While Feltzer is excited by the building and ready to move forward, his plan may be far off.

One of the biggest hurdles the aquatics center will face will be zoning, as the facility does not yet have zoning approval. Another will be getting grants, donors and funding together.

“It’s all the very beginning stages,” Feltzer said. “Nothing is concrete. We don’t have a committee planned yet or anything. But this is a group of people and officials trying to move in this direction, see if we can gain public consensus and get this facility up and running.”

The entire process may take a few years, but Feltzer is confident that once the building, zoning and funding is in place, he can have the aquatics center up and running in 12 to 18 months.

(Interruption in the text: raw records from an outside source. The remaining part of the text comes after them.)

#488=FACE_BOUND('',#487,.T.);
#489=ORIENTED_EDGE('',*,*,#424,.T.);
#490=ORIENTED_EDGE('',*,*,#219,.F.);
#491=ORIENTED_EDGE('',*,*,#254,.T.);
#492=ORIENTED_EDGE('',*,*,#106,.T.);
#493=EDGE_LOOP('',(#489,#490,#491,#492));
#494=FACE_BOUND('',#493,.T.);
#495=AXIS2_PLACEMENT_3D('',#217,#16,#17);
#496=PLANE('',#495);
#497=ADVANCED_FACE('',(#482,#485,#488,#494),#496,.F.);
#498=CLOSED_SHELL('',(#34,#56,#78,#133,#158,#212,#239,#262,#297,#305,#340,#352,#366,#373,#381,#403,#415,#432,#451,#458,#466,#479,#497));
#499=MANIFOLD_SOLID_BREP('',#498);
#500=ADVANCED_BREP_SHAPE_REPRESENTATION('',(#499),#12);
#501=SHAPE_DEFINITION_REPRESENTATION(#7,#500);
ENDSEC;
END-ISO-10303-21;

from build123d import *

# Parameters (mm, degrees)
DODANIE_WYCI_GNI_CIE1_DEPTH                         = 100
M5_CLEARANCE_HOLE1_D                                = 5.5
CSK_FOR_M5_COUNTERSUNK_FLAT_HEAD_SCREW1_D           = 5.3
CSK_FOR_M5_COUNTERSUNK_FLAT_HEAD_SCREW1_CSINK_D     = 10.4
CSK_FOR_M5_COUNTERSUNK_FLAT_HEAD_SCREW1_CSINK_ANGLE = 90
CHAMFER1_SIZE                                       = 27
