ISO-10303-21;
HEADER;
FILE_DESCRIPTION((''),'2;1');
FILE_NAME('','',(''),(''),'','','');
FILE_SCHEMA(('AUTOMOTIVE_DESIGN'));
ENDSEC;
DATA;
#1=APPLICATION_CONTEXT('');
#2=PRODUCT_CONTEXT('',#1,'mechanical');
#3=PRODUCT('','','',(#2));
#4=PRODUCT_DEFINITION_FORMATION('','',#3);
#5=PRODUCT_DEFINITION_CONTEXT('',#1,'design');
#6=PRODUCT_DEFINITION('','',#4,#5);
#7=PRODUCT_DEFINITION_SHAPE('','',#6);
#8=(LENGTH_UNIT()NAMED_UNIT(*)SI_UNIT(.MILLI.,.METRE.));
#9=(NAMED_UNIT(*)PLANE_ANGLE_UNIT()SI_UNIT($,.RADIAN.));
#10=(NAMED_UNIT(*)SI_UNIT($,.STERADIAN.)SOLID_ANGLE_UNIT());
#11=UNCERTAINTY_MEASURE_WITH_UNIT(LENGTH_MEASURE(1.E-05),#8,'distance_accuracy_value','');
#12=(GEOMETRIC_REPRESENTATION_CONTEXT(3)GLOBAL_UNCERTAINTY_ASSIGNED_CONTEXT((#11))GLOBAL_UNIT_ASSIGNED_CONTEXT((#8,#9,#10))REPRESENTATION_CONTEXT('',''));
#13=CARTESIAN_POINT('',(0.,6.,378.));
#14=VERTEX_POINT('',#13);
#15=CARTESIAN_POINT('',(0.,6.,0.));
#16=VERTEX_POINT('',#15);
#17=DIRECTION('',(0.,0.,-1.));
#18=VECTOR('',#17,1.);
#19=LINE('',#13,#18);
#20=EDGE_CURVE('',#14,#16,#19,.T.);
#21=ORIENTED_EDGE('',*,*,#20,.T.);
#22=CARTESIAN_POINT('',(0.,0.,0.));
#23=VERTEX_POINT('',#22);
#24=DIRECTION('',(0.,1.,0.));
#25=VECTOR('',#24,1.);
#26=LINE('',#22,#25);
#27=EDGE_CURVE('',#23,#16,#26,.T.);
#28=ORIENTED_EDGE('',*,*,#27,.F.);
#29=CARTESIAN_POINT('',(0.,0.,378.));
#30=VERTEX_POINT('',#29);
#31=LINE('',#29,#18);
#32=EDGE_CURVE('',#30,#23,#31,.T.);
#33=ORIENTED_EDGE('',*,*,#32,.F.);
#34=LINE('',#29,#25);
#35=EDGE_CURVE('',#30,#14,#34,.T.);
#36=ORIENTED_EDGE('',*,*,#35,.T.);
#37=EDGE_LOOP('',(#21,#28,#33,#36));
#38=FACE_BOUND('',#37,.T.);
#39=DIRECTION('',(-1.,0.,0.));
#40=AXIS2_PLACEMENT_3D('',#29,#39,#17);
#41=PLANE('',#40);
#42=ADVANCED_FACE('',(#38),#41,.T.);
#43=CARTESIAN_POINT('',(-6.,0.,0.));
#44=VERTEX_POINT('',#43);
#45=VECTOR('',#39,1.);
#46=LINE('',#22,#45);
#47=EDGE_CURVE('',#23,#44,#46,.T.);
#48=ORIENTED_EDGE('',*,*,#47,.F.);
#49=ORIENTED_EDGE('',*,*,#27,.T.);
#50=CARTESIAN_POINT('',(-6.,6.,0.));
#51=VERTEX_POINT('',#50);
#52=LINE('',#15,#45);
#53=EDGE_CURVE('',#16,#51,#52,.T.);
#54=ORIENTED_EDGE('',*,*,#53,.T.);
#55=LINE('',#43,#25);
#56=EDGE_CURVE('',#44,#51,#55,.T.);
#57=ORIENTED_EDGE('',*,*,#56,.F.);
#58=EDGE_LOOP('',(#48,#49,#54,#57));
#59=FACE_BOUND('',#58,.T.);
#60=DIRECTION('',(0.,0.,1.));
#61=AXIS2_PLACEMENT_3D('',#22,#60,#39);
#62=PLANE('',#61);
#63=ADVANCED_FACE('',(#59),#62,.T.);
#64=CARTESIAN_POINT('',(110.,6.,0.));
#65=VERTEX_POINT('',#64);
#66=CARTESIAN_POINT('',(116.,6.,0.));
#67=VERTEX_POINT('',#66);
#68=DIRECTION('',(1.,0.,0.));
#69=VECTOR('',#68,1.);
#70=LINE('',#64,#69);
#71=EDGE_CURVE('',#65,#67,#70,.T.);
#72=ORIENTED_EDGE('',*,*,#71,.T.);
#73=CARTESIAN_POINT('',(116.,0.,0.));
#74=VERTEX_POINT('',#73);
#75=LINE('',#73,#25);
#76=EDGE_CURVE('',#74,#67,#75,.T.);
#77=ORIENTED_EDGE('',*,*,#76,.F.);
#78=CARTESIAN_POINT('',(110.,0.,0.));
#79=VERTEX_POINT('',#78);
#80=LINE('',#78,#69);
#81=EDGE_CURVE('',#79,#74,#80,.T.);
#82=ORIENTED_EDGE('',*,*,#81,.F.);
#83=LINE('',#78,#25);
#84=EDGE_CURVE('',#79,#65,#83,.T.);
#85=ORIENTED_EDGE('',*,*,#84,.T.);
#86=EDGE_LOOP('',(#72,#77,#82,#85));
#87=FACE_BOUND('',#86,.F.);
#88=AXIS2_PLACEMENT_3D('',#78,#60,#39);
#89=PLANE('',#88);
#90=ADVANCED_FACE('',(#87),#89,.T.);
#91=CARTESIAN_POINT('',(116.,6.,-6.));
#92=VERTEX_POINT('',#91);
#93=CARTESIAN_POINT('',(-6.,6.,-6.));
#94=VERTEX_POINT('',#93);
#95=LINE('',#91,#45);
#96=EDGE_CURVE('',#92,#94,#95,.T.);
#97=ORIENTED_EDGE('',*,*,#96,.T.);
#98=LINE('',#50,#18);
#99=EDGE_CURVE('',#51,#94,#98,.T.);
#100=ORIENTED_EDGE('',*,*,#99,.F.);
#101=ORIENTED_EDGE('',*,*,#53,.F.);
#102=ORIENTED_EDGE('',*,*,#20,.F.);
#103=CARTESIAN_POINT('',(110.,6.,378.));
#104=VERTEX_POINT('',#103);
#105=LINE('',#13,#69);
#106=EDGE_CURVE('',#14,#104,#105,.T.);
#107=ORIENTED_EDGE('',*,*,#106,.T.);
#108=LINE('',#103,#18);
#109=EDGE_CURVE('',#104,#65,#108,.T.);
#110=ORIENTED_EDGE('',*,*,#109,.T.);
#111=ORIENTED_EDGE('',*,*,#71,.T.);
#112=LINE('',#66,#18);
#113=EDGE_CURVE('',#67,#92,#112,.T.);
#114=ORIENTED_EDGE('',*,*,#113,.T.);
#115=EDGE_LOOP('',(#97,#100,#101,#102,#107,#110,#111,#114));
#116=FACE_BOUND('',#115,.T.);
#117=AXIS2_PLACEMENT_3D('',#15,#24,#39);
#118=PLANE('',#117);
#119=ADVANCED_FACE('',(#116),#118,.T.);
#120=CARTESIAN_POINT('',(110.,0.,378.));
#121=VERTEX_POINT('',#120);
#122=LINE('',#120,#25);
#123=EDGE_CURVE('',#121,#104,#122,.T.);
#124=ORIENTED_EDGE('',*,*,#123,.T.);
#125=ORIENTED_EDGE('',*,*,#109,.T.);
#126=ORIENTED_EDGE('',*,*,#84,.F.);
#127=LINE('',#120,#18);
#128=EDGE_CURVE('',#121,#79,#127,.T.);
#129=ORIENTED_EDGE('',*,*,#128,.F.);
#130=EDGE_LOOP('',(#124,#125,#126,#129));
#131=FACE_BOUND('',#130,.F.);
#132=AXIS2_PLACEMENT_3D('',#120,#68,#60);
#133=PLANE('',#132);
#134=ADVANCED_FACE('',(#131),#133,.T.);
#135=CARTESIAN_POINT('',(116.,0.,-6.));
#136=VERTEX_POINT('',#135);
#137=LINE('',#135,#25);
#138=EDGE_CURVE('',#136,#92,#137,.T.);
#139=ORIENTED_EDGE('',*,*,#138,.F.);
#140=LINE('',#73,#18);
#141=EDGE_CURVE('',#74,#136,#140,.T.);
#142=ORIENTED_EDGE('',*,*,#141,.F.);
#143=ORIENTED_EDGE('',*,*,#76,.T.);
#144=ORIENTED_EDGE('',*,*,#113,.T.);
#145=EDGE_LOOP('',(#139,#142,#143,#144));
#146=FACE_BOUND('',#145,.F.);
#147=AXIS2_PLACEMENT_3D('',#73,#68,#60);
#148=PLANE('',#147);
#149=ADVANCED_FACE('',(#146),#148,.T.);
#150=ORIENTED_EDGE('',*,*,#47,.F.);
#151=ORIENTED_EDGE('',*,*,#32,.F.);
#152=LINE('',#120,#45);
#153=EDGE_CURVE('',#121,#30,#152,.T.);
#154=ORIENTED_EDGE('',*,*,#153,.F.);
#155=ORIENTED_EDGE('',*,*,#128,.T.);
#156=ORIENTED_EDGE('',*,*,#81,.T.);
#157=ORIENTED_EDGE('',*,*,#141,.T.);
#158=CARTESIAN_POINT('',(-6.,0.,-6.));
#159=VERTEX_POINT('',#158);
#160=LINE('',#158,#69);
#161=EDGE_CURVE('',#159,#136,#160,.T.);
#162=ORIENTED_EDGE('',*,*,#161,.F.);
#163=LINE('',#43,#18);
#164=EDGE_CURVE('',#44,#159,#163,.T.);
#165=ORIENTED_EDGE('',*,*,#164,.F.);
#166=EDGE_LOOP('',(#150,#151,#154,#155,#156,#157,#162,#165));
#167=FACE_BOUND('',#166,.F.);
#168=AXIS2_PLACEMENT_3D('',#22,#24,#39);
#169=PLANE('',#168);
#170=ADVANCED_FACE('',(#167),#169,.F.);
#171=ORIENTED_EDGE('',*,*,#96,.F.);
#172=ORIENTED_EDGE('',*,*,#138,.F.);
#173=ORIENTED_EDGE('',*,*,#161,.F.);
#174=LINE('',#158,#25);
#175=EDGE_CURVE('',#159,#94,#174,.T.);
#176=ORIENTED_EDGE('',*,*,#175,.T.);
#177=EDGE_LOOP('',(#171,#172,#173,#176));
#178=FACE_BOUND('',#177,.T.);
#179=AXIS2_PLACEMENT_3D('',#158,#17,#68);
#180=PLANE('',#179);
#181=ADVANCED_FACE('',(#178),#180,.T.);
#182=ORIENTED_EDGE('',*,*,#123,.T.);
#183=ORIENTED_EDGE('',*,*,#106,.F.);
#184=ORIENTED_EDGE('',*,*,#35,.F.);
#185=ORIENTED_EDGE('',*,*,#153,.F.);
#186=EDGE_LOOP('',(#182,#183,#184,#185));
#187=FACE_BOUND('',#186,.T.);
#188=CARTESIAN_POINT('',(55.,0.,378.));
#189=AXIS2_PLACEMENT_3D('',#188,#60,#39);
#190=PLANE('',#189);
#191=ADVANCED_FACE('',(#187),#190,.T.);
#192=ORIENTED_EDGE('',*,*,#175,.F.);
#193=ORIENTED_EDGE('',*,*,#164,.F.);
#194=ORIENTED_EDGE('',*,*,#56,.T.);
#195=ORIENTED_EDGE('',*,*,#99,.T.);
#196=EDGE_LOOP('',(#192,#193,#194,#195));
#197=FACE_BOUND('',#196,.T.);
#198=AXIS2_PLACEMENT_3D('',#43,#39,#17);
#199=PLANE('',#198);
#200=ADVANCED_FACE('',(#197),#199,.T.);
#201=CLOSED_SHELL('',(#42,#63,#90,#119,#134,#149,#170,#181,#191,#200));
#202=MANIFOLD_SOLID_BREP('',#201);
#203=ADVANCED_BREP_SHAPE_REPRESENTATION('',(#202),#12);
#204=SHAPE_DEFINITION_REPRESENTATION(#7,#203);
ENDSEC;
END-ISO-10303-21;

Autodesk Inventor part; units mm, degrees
ref_plane "YZ Plane" through (0, 0, 0) normal (1, 0, 0) x (0, 1, 0)
ref_plane "XZ Plane" through (0, 0, 0) normal (0, 1, 0) x (-1, 0, 0)
ref_plane "XY Plane" through (0, 0, 0) normal (0, 0, 1) x (1, 0, 0)
sketch "Sketch1" plane through (0, 0, 0) normal (0, 1, 0) x (-1, 0, 0)
  line L0 (0, 0) -> (6, 0)
  line L1 (6, 0) -> (6, -6)
  line L2 (6, -6) -> (0, -6)
  line L3 (0, -6) -> (0, 0)
  line L4 (0, -6) -> (-55, -6)
  line L5 (-55, -6) -> (-55, 378)
  line L6 (-55, 378) -> (0, 378)
  line L7 (0, 378) -> (0, -6)
  dimension "d0" = 6
  dimension "d1" = 6
  dimension "d2" = 55
  dimension "d3" = 384
extrude "Extrusion1" add sketch "Sketch1" along normal blind 6
mirror "Mirror1" about plane through (55, 0, 378) normal (1, 0, 0) of "Extrusion1"
properties part number "wall 2 for sorting"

In the meantime, Geans, who expects to make back all the money he put into the building on the sale, will keep looking for ways to expand the church that would not be so costly to the congregation. One idea he has is to place an addition on the church’s current building, which he believes will be cost effective, so long as it is possible to retain the structural aspects already in place.

“[Abandoning the building project] is not a disappointment,” he said. “It’s a change in focus toward being fiscally strong.”